5. If you’re getting enough calories, you’re getting enough protein

This myth developed at the beginning of the 1900s and reached its peak in the 1960s. At this time, the UN published a report erroneously declaring a worldwide protein deficiency. But the real issue was “protein-energy malnutrition,” or overall calorie deficit. The issue was just not having enough food. Unless you’re eating a diet of Twinkies and chips, you can effectively only be protein deficient if you’re not getting enough calories.

What about athletes and older adults?

Several factors can increase your protein needs, but only by small amounts. To prevent sarcopenia (losing muscle mass), adults ages 40-50 and above should increase their consumption by about 1g per kg. Those who exercise or lift weights regularly should consume about 1.2g per kg.
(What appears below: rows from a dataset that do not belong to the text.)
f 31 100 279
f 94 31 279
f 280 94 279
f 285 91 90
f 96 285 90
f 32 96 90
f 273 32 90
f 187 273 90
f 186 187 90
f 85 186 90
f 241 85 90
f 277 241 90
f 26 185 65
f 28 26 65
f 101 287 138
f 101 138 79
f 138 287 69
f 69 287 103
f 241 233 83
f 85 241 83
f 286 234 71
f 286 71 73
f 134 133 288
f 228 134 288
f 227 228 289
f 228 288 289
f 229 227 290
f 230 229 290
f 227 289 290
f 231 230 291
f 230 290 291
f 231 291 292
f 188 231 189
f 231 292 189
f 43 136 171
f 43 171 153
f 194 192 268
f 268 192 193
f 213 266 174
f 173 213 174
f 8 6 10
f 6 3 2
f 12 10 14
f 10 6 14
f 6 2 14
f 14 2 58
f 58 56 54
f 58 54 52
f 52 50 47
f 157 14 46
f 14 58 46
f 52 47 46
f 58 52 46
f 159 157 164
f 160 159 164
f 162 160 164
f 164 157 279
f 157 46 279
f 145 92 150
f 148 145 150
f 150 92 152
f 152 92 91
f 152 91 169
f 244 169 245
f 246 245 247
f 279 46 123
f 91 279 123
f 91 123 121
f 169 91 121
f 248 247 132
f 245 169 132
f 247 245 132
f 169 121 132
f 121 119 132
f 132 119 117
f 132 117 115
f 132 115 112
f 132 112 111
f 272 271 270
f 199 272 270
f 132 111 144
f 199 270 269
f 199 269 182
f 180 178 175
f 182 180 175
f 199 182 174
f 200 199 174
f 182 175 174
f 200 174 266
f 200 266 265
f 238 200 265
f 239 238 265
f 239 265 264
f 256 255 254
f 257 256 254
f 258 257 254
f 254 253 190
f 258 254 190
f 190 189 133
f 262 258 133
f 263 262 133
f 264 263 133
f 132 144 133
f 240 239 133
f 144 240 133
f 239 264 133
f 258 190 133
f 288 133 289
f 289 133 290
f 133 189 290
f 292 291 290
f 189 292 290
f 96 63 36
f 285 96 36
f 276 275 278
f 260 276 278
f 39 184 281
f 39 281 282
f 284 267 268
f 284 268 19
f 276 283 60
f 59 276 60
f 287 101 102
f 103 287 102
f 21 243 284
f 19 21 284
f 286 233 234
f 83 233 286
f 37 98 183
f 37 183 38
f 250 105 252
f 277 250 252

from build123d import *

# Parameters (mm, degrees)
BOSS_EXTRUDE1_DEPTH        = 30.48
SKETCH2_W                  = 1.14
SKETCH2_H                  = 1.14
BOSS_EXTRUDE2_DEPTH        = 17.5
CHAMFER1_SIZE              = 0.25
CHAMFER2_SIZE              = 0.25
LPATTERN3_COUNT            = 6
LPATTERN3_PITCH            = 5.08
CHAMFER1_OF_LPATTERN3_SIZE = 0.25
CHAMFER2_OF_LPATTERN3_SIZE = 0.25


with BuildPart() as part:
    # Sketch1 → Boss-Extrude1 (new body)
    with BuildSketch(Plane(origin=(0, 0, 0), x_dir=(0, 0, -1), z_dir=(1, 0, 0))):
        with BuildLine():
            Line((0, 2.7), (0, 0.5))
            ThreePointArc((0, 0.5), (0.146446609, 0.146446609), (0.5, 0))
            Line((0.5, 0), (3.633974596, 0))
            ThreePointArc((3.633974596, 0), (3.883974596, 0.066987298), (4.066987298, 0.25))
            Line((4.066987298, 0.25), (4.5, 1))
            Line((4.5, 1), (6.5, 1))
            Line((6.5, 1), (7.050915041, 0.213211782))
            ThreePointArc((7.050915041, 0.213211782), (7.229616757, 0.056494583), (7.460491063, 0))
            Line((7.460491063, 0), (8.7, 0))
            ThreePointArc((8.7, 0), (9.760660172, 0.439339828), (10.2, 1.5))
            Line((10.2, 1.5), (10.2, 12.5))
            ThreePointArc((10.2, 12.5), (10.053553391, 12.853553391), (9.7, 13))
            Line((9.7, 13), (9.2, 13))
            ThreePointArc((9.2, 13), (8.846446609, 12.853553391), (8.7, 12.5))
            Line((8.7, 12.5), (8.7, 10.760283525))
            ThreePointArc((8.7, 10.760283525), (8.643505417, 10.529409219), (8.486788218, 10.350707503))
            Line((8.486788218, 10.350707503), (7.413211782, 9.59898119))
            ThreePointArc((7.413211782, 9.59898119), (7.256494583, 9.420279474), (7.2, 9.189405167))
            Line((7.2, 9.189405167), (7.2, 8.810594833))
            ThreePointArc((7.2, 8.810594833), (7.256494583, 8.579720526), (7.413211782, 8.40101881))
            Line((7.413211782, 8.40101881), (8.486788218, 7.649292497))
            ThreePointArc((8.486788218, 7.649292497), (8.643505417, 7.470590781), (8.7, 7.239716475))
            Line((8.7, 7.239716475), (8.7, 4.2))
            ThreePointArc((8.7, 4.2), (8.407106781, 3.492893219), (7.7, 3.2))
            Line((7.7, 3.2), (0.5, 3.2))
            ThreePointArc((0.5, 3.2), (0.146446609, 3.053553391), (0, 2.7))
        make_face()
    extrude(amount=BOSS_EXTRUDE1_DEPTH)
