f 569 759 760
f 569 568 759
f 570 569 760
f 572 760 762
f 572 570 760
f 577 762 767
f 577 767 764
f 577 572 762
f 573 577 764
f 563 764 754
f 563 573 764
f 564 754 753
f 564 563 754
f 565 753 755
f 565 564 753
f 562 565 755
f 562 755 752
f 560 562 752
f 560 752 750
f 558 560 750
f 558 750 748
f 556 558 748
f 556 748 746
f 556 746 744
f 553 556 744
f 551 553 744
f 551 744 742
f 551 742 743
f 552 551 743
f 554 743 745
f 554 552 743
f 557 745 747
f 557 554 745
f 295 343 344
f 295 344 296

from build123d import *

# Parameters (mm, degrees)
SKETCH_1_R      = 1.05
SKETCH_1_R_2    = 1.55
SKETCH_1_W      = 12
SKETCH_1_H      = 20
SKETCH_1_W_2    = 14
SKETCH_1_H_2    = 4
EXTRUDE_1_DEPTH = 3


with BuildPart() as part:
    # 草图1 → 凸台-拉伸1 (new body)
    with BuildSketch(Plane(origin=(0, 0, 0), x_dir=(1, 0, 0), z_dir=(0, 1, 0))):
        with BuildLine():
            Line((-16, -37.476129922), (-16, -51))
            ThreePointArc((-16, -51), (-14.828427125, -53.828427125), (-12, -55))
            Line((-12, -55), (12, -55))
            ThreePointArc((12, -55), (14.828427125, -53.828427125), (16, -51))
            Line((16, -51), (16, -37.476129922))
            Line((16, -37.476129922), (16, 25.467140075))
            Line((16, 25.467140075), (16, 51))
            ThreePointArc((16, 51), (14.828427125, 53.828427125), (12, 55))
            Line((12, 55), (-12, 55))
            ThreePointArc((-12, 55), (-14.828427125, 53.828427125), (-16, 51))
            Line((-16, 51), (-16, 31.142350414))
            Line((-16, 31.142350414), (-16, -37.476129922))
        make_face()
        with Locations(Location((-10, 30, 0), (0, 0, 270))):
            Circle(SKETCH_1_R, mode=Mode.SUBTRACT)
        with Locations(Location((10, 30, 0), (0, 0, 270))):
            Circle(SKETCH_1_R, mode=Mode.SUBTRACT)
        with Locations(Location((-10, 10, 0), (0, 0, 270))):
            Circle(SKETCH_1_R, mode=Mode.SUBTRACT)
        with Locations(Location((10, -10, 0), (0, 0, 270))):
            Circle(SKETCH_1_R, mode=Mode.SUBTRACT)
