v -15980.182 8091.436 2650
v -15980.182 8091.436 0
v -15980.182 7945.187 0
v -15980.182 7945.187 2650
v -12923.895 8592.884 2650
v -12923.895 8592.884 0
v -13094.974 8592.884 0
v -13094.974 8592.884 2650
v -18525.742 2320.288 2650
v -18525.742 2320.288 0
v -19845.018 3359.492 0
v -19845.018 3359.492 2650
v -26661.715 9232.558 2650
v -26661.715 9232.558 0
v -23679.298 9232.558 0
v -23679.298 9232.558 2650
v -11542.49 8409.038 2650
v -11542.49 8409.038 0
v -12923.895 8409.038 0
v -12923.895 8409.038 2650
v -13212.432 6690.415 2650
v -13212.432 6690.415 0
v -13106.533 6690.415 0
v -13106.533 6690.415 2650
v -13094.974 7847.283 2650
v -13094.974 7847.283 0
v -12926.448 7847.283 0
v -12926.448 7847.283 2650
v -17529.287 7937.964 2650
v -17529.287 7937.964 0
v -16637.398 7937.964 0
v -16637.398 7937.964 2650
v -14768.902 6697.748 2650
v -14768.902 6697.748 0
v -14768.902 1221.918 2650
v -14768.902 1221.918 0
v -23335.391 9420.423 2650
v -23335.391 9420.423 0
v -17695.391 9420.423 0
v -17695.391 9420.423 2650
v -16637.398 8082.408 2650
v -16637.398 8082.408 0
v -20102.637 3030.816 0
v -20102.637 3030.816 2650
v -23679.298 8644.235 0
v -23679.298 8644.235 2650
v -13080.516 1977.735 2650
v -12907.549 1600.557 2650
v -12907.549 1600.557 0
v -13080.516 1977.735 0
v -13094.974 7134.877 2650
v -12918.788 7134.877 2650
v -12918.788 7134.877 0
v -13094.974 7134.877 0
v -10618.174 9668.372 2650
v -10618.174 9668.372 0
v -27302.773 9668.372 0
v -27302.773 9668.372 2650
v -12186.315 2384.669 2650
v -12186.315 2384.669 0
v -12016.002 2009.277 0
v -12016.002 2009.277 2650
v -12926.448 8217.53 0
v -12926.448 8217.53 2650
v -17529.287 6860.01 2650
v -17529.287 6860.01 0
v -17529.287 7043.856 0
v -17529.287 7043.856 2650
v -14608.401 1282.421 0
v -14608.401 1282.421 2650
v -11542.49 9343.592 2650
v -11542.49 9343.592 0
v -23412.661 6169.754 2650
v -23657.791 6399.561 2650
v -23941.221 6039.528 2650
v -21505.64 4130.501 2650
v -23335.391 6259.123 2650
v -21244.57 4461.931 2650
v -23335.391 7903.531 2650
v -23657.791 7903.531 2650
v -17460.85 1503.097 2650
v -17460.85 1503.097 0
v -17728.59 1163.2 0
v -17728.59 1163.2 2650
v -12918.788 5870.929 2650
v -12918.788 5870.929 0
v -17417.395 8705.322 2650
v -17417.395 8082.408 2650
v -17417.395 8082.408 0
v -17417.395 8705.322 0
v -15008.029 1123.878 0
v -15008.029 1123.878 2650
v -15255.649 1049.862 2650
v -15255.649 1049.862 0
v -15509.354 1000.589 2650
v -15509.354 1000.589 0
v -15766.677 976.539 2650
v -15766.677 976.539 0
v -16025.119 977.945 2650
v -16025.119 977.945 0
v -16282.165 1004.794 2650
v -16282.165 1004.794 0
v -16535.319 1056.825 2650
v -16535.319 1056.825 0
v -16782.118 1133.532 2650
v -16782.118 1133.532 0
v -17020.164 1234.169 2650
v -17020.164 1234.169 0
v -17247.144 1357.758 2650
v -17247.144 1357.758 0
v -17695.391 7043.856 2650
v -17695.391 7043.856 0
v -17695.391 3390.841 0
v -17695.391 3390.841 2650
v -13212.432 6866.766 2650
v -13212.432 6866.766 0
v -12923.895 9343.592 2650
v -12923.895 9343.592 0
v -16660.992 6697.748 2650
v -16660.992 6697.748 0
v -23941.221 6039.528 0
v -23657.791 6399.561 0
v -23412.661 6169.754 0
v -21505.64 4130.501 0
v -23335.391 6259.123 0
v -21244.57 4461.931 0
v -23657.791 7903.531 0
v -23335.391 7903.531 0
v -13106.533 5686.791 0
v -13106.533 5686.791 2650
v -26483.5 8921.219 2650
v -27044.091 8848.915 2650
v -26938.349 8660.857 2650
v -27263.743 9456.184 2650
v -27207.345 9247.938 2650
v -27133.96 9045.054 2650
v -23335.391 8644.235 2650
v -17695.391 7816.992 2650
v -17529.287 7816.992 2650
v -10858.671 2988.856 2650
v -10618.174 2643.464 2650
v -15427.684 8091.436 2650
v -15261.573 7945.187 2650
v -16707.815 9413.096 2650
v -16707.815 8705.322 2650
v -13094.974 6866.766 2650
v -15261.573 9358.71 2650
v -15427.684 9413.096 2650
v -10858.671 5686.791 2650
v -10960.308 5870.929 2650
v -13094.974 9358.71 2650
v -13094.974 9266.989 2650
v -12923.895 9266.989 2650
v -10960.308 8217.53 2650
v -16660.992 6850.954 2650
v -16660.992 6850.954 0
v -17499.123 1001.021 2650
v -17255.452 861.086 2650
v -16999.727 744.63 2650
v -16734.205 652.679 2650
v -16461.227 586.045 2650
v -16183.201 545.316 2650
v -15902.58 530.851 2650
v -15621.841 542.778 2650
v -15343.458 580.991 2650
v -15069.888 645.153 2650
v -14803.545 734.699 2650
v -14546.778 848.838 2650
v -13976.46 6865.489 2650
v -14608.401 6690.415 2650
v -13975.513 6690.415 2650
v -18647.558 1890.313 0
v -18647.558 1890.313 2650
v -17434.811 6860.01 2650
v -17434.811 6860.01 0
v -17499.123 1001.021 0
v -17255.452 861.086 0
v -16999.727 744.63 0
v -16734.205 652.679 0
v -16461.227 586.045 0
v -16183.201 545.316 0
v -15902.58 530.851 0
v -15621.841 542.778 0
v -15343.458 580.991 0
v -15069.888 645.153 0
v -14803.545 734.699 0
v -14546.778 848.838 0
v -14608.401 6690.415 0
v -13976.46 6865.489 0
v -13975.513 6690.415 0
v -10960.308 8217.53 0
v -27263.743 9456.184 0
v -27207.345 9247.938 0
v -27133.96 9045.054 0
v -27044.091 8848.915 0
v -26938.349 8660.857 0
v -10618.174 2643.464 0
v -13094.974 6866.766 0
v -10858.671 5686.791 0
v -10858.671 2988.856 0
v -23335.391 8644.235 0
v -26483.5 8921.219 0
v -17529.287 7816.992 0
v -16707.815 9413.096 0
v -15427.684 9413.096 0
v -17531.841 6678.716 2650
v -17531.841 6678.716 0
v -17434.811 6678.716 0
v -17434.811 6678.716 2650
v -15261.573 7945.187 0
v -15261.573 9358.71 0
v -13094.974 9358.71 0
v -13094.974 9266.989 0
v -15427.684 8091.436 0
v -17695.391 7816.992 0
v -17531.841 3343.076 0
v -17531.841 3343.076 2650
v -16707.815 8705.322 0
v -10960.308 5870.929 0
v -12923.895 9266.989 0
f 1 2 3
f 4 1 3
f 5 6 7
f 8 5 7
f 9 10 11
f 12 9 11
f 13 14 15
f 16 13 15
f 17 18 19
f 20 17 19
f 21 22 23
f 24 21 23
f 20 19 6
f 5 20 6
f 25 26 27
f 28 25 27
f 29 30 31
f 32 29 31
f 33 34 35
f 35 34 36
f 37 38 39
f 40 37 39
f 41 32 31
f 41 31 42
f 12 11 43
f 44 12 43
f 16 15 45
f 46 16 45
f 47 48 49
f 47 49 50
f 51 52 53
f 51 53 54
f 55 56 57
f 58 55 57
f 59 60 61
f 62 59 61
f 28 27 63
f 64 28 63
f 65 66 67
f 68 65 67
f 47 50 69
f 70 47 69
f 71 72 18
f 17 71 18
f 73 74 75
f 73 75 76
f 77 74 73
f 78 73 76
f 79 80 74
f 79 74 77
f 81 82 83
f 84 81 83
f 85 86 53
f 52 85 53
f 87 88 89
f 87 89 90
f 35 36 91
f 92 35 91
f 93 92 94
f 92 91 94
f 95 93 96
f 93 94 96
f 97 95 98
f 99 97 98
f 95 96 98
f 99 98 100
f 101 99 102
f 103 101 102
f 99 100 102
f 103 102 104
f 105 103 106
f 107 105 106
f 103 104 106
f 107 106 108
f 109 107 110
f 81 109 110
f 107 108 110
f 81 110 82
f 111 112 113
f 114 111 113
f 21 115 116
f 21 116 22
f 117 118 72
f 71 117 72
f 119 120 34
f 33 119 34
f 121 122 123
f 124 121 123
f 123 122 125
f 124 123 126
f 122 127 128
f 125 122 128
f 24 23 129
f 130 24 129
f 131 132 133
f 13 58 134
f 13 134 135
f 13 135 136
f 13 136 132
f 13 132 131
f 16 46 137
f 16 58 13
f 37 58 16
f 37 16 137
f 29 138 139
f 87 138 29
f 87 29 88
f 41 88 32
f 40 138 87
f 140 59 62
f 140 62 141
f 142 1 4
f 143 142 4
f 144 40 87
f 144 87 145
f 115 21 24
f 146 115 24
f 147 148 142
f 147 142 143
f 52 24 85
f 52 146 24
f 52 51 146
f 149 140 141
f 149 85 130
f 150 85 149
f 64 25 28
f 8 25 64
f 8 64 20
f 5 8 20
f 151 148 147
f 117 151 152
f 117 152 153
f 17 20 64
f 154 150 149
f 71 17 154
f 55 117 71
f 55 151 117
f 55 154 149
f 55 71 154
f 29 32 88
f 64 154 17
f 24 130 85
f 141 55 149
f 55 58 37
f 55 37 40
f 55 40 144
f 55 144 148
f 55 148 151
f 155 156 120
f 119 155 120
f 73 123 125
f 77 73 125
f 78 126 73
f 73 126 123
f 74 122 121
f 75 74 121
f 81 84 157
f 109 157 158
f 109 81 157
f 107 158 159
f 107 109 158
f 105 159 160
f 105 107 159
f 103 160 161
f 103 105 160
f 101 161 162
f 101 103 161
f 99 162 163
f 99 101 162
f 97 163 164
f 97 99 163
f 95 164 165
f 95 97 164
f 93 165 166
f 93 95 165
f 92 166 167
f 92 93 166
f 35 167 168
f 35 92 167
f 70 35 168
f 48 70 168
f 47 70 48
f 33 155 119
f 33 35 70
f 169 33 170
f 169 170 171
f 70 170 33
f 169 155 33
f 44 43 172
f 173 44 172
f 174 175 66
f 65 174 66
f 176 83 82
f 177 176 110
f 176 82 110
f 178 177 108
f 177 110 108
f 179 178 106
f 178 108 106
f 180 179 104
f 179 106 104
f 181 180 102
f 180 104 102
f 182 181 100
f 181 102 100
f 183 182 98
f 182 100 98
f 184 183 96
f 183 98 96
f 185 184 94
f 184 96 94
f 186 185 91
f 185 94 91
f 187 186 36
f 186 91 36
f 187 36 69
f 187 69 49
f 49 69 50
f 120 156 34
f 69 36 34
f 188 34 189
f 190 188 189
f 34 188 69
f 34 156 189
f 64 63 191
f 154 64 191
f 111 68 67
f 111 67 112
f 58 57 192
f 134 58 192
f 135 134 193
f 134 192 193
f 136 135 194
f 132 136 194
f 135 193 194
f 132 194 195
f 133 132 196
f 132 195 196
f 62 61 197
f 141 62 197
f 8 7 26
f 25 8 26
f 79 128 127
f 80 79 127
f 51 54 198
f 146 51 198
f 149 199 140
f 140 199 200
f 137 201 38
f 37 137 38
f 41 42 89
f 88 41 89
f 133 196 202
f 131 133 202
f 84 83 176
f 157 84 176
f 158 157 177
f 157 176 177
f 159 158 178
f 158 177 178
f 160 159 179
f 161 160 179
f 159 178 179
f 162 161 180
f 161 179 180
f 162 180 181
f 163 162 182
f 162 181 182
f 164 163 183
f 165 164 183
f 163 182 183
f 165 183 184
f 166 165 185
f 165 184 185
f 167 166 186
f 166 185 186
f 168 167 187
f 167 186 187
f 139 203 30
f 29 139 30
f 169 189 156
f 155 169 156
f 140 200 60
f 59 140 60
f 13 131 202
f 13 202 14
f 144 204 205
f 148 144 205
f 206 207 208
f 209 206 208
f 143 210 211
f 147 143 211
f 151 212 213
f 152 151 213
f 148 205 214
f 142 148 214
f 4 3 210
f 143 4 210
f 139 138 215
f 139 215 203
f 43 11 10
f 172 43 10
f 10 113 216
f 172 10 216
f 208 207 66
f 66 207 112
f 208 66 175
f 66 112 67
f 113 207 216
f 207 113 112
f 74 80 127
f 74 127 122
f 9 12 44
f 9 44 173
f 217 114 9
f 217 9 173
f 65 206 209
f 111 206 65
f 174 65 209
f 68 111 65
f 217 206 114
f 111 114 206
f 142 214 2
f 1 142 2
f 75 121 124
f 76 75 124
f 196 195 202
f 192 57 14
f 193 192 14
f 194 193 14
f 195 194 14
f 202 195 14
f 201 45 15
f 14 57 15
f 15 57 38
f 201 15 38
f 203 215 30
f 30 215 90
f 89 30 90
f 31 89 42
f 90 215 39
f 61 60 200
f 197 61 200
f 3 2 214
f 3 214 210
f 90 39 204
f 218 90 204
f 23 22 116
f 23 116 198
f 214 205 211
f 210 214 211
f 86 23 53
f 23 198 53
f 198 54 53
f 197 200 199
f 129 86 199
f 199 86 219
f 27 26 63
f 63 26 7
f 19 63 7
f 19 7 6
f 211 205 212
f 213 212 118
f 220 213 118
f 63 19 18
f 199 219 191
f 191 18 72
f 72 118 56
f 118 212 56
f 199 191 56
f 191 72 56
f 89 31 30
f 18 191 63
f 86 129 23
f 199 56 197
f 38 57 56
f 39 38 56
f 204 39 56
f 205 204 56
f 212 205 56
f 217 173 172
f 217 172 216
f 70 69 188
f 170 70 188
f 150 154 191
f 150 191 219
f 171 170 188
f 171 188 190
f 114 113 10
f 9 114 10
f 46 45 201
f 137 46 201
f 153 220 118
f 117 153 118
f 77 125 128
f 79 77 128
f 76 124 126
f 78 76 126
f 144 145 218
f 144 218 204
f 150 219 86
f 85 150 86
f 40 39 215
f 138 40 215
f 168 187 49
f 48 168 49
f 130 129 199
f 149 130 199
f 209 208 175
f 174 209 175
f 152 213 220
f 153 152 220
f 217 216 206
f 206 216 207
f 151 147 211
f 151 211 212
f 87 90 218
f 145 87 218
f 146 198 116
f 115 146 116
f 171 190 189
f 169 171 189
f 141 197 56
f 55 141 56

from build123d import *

# Parameters (mm, degrees)
F2_DEPTH = 2650


# Not quite as in the source:
# - a feature of the source that left no trace in its solid (it failed there, or was rolled back) is left out


with BuildPart() as f2:
    # F1 (on Top) → F2 (new body)
    with BuildSketch(Plane.XY):
        with BuildLine():
            Line((-26938.3488437603, 8660.8567436642), (-26483.4995269775, 8921.2188720703))
            Line((-26483.4995269775, 8921.2188720703), (-26661.714553833, 9232.5582504272))
            Line((-26661.714553833, 9232.5582504272), (-23679.2984008789, 9232.5582504272))
            Line((-23679.2984008789, 9232.5582504272), (-23679.2984008789, 8644.2346572876))
            Line((-23679.2984008789, 8644.2346572876), (-23335.3906952519, 8644.2346572876))
            Line((-23335.3906952519, 8644.2346572876), (-23335.3906952519, 9420.423377643))
            Line((-23335.3906952519, 9420.423377643), (-17884.4909667969, 9420.423377643))
            Line((-17884.4909667969, 9420.423377643), (-17695.3906952519, 9420.423377643))
            Line((-17695.3906952519, 9420.423377643), (-17695.3906952519, 7816.9922828674))
            Line((-17695.3906952519, 7816.9922828674), (-17529.2873382568, 7816.9922828674))
            Line((-17529.2873382568, 7816.9922828674), (-17529.2873382568, 7937.9644393921))
            Line((-17529.2873382568, 7937.9644393921), (-16637.3977661133, 7937.9644393921))
            Line((-16637.3977661133, 7937.9644393921), (-16637.3977661133, 8082.407951355))
            Line((-16637.3977661133, 8082.407951355), (-17417.3946380615, 8082.407951355))
            Line((-17417.3946380615, 8082.407951355), (-17417.3946380615, 8705.322265625))
            Line((-17417.3946380615, 8705.322265625), (-16707.8151702881, 8705.322265625))
            Line((-16707.8151702881, 8705.322265625), (-16707.8151702881, 9413.0964279175))
            Line((-16707.8151702881, 9413.0964279175), (-15427.6838302612, 9413.0964279175))
            Line((-15427.6838302612, 9413.0964279175), (-15427.6838302612, 8091.4363861084))
            Line((-15427.6838302612, 8091.4363861084), (-15980.1816940308, 8091.4363861084))
            Line((-15980.1816940308, 8091.4363861084), (-15980.1816940308, 7945.1870918274))
            Line((-15980.1816940308, 7945.1870918274), (-15261.5728378296, 7945.1870918274))
            Line((-15261.5728378296, 7945.1870918274), (-15261.5728378296, 9358.7102890015))
            Line((-15261.5728378296, 9358.7102890015), (-13094.9735641479, 9358.7102890015))
            Line((-13094.9735641479, 9358.7102890015), (-13094.9735641479, 9266.9887542725))
            Line((-13094.9735641479, 9266.9887542725), (-12923.8948822021, 9266.9887542725))
            Line((-12923.8948822021, 9266.9887542725), (-12923.8948822021, 9343.5916900635))
            Line((-12923.8948822021, 9343.5916900635), (-11542.4900054932, 9343.5916900635))
            Line((-11542.4900054932, 9343.5916900635), (-11542.4900054932, 8409.0375900269))
            Line((-11542.4900054932, 8409.0375900269), (-12923.8948822021, 8409.0375900269))
            Line((-12923.8948822021, 8409.0375900269), (-12923.8948822021, 8592.8840637207))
For all the evidence you need to demonstrate that plants have more than enough nutrients to for fitness, check out The Gamechangers documentary.

Still not sure you can get enough protein on a vegan diet? Consider this: Some of the strongest animals, like elephants, rhinos, hippos and gorillas, maintain their muscle mass on an herbivorous diet.

Humans can, too.

Why you don’t need to worry about how to get enough protein on a vegan diet

Here’s why you don’t need to worry about how to get enough protein on a vegan diet: 1) the meat and dairy industries lobbied the USDA to promote increased protein consumption; international health organizations state vegan diets are nutritionally adequate across the lifespan; you should be worried about getting too much protein from animal-based sources; the need to combine plant foods to form “complete proteins” is a myth; and finally, if you’re getting enough calories, you’re getting enough protein.